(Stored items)
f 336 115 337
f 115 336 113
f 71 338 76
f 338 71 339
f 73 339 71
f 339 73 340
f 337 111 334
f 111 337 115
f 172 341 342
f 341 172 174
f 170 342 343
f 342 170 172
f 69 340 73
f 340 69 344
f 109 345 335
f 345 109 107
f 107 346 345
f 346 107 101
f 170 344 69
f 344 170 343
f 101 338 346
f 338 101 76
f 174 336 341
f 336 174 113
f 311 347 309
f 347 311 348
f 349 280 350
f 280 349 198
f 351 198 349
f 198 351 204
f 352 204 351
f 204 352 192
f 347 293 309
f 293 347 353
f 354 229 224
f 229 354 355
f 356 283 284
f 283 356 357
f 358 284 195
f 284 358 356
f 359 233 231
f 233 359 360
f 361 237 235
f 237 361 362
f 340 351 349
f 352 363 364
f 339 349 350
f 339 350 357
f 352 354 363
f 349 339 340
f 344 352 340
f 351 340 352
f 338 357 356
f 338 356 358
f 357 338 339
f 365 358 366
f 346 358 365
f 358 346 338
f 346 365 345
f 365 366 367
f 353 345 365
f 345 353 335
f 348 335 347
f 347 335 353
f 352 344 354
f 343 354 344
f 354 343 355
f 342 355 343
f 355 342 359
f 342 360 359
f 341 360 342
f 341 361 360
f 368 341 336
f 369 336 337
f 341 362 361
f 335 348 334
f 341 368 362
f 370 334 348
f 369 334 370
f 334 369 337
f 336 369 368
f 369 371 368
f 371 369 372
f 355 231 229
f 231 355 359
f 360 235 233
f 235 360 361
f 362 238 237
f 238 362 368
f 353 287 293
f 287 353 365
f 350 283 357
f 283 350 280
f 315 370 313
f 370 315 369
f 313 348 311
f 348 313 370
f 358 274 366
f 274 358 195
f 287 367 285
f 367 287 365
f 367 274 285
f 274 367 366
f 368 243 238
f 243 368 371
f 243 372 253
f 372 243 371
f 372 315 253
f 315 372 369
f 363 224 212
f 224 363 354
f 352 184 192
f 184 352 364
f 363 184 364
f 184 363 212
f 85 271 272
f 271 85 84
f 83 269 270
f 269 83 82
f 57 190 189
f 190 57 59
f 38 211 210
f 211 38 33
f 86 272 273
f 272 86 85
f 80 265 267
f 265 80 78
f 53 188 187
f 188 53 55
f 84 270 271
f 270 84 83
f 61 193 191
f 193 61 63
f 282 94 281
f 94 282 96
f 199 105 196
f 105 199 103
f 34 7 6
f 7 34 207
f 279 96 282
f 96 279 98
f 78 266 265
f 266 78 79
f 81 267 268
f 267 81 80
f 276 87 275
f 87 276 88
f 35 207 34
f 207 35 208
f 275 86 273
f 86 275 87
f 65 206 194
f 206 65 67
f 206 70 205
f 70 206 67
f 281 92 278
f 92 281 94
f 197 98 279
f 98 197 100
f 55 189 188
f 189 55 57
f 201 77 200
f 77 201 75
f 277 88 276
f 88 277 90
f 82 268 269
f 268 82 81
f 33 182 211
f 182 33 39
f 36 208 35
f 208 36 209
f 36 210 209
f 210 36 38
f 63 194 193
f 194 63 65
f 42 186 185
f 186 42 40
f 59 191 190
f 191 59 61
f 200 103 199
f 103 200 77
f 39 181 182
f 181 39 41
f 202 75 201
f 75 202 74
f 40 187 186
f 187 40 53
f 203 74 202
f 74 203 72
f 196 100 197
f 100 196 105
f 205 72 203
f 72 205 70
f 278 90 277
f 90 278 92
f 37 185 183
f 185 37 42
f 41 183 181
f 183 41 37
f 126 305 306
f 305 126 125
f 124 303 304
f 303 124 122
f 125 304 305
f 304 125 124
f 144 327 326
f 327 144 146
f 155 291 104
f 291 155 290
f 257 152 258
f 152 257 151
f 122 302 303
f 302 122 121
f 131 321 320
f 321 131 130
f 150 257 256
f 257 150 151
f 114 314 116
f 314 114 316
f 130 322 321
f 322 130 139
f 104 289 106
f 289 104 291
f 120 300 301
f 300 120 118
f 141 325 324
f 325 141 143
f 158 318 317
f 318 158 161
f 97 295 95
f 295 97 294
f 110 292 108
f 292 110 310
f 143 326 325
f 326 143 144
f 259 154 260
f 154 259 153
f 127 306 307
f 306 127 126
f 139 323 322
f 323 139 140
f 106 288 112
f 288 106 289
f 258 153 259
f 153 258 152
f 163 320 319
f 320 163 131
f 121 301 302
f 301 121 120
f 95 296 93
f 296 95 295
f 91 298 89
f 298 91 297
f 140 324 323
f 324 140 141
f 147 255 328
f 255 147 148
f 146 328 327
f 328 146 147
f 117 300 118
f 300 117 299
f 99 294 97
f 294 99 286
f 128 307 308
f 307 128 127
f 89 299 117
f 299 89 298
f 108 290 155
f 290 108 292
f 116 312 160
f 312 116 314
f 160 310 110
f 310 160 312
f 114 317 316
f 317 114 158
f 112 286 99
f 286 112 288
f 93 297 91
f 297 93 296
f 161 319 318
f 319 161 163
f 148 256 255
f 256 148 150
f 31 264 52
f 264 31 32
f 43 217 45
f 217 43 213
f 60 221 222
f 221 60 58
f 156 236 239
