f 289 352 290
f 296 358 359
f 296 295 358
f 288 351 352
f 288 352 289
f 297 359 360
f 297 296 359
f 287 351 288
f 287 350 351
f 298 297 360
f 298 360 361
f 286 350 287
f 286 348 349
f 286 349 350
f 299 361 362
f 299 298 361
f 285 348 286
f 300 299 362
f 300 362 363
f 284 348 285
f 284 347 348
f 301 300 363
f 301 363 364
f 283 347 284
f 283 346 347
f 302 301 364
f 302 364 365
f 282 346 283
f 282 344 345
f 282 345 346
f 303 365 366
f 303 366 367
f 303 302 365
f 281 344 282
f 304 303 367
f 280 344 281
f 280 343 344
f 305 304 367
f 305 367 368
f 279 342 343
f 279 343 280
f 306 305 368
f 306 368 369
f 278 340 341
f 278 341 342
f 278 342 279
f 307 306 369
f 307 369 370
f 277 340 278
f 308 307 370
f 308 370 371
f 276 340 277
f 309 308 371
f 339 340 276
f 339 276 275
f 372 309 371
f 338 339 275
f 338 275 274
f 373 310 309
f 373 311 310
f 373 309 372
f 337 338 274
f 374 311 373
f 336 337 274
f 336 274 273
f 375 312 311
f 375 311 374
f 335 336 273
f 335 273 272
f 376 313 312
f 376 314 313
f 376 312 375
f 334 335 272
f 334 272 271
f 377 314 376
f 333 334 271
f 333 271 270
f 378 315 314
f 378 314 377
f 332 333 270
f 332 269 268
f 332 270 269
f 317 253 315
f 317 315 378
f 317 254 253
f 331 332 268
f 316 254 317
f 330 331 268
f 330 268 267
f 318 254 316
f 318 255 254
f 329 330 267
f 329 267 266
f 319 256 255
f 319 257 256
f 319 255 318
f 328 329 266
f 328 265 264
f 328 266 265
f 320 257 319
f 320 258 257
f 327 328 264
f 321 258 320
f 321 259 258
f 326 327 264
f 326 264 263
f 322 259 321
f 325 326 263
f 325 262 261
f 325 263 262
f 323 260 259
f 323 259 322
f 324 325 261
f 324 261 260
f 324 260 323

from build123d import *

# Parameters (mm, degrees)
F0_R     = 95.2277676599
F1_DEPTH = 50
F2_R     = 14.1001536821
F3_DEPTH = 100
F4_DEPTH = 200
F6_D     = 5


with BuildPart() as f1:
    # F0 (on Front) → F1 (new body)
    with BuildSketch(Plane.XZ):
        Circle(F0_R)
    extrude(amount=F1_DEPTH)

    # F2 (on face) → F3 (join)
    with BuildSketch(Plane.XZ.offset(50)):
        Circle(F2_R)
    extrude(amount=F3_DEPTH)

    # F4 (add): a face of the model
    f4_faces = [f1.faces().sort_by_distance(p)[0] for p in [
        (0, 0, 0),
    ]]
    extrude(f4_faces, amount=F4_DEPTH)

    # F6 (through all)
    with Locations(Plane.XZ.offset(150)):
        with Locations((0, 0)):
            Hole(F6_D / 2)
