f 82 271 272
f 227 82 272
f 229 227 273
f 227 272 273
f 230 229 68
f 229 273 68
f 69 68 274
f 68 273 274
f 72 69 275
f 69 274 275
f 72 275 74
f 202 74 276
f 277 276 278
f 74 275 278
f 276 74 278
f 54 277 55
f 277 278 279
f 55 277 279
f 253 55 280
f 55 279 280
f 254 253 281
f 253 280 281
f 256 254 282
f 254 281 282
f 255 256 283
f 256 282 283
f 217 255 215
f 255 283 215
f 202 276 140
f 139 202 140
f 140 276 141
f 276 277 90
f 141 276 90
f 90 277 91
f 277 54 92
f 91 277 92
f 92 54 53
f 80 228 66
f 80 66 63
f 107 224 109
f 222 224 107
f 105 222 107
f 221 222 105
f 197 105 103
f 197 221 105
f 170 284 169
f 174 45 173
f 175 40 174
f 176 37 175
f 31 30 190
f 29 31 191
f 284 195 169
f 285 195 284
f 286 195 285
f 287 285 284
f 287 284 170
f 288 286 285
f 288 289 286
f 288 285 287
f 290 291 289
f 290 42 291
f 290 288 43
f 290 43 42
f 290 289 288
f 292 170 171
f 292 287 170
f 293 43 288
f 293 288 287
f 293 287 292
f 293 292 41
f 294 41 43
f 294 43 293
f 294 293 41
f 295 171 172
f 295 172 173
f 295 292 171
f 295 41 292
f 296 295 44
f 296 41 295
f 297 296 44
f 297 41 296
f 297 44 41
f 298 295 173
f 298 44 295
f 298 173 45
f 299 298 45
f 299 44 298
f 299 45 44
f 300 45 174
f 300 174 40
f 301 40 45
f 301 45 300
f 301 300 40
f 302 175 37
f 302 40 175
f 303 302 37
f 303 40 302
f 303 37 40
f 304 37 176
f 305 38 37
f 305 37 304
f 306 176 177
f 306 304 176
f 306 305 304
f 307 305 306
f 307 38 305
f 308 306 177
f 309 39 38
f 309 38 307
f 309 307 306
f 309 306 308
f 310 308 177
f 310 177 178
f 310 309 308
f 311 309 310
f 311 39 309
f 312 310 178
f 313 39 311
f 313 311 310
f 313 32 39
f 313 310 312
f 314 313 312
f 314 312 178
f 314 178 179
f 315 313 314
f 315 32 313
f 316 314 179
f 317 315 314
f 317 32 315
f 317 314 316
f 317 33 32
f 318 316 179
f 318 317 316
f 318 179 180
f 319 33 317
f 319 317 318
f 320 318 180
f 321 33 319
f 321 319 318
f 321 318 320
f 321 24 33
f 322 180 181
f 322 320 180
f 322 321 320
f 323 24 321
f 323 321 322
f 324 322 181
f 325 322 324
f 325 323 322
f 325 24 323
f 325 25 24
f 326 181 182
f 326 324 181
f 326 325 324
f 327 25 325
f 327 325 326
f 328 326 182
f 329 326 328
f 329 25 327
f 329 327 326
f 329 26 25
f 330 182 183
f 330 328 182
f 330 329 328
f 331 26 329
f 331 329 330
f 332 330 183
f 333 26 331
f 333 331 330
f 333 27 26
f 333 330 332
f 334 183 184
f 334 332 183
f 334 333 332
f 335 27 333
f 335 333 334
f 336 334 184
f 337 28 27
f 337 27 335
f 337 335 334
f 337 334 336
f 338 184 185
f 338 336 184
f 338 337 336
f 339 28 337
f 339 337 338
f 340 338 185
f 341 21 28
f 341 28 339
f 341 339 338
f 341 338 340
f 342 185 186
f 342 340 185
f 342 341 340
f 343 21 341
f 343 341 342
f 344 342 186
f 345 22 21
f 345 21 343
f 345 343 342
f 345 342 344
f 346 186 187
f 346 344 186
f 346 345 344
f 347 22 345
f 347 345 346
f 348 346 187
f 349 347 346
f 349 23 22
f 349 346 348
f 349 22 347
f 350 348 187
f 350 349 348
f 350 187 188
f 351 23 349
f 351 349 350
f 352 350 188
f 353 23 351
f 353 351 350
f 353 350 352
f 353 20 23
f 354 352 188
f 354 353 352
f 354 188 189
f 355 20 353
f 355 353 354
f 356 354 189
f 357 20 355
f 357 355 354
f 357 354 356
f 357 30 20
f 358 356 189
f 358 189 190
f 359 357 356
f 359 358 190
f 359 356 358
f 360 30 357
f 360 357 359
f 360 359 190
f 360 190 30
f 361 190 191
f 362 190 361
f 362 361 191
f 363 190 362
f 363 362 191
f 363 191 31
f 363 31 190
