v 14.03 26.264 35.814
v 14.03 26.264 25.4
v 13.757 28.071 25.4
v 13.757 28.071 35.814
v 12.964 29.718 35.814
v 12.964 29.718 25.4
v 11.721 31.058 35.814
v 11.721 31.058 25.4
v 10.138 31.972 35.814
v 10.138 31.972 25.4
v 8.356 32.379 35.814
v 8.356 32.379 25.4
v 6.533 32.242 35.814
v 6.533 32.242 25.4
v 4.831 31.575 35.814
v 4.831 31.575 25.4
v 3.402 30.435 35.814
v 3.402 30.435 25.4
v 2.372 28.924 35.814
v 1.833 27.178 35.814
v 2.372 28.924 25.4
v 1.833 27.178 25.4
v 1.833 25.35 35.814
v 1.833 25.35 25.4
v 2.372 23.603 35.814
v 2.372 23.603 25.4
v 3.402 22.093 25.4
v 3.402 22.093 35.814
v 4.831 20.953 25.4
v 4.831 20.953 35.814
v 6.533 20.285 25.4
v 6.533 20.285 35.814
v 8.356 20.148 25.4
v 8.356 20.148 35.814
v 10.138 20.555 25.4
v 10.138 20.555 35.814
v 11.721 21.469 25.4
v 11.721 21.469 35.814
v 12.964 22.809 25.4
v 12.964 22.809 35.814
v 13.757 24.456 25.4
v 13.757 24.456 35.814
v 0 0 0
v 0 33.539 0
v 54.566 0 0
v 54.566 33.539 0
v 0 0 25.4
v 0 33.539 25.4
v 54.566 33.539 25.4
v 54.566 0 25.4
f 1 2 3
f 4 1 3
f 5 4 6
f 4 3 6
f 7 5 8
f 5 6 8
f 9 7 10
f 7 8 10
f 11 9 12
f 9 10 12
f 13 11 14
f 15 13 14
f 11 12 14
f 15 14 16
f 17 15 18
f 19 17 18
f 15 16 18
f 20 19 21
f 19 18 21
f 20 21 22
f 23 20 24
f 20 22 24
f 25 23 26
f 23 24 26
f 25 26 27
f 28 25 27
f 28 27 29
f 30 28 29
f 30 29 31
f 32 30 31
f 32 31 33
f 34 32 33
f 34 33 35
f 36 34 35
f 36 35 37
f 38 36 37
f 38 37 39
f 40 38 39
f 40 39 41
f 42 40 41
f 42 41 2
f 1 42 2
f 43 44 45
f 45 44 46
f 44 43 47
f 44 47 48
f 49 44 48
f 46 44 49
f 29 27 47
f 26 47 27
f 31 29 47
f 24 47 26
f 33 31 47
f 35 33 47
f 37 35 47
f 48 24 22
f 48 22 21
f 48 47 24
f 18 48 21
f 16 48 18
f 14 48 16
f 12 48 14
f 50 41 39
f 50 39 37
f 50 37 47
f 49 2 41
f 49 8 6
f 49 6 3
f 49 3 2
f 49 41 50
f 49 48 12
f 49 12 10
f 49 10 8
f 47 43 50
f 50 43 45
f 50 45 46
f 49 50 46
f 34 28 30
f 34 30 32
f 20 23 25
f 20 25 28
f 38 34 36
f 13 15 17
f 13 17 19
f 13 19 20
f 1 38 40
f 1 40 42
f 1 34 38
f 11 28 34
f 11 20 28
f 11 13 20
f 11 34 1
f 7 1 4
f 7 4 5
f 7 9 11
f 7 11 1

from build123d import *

# Parameters (mm, degrees)
F0_W     = 54.566301
F0_H     = 33.538647
F1_DEPTH = 25.4
F2_R     = 6.13249
F3_DEPTH = 35.814


with BuildPart() as f1:
    # F0 (on Top) → F1 (new body)
    with BuildSketch(Plane.XY):
        with Locations((27.28315, 16.769323)):
            Rectangle(F0_W, F0_H)
    extrude(amount=F1_DEPTH)

    # F2 (on Top) → F3 (join)
    with BuildSketch(Plane.XY):
        with Locations((7.89733, 26.263695)):
            Circle(F2_R)
    extrude(amount=F3_DEPTH)


solid = f1.part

## WHAT THE EXERCISE ASKS
Reproduce, word for word and in full, only the lines above that start at the line with "f 346 107 101" and run through the line with "f 74 203 72", both ends included.

## ANSWER BOX
f 346 107 101
f 170 344 69
f 344 170 343
f 101 338 346
f 338 101 76
f 174 336 341
f 336 174 113
f 311 347 309
f 347 311 348
f 349 280 350
f 280 349 198
f 351 198 349
f 198 351 204
f 352 204 351
f 204 352 192
f 347 293 309
f 293 347 353
f 354 229 224
f 229 354 355
f 356 283 284
f 283 356 357
f 358 284 195
f 284 358 356
f 359 233 231
f 233 359 360
f 361 237 235
f 237 361 362
f 340 351 349
f 352 363 364
f 339 349 350
f 339 350 357
f 352 354 363
f 349 339 340
f 344 352 340
f 351 340 352
f 338 357 356
f 338 356 358
f 357 338 339
f 365 358 366
f 346 358 365
f 358 346 338
f 346 365 345
f 365 366 367
f 353 345 365
f 345 353 335
f 348 335 347
f 347 335 353
f 352 344 354
f 343 354 344
f 354 343 355
f 342 355 343
f 355 342 359
f 342 360 359
f 341 360 342
f 341 361 360
f 368 341 336
f 369 336 337
f 341 362 361
f 335 348 334
f 341 368 362
f 370 334 348
f 369 334 370
f 334 369 337
f 336 369 368
f 369 371 368
f 371 369 372
f 355 231 229
f 231 355 359
f 360 235 233
f 235 360 361
f 362 238 237
f 238 362 368
f 353 287 293
f 287 353 365
f 350 283 357
f 283 350 280
f 315 370 313
f 370 315 369
f 313 348 311
f 348 313 370
f 358 274 366
f 274 358 195
f 287 367 285
f 367 287 365
f 367 274 285
f 274 367 366
f 368 243 238
f 243 368 371
f 243 372 253
f 372 243 371
f 372 315 253
f 315 372 369
f 363 224 212
f 224 363 354
f 352 184 192
f 184 352 364
f 363 184 364
f 184 363 212
f 85 271 272
f 271 85 84
f 83 269 270
f 269 83 82
f 57 190 189
f 190 57 59
f 38 211 210
f 211 38 33
f 86 272 273
f 272 86 85
f 80 265 267
f 265 80 78
f 53 188 187
f 188 53 55
f 84 270 271
f 270 84 83
f 61 193 191
f 193 61 63
f 282 94 281
f 94 282 96
f 199 105 196
f 105 199 103
f 34 7 6
f 7 34 207
f 279 96 282
f 96 279 98
f 78 266 265
f 266 78 79
f 81 267 268
f 267 81 80
f 276 87 275
f 87 276 88
f 35 207 34
f 207 35 208
f 275 86 273
f 86 275 87
f 65 206 194
f 206 65 67
f 206 70 205
f 70 206 67
f 281 92 278
f 92 281 94
f 197 98 279
f 98 197 100
f 55 189 188
f 189 55 57
f 201 77 200
f 77 201 75
f 277 88 276
f 88 277 90
f 82 268 269
f 268 82 81
f 33 182 211
f 182 33 39
f 36 208 35
f 208 36 209
f 36 210 209
f 210 36 38
f 63 194 193
f 194 63 65
f 42 186 185
f 186 42 40
f 59 191 190
f 191 59 61
f 200 103 199
f 103 200 77
f 39 181 182
f 181 39 41
f 202 75 201
f 75 202 74
f 40 187 186
f 187 40 53
f 203 74 202
f 74 203 72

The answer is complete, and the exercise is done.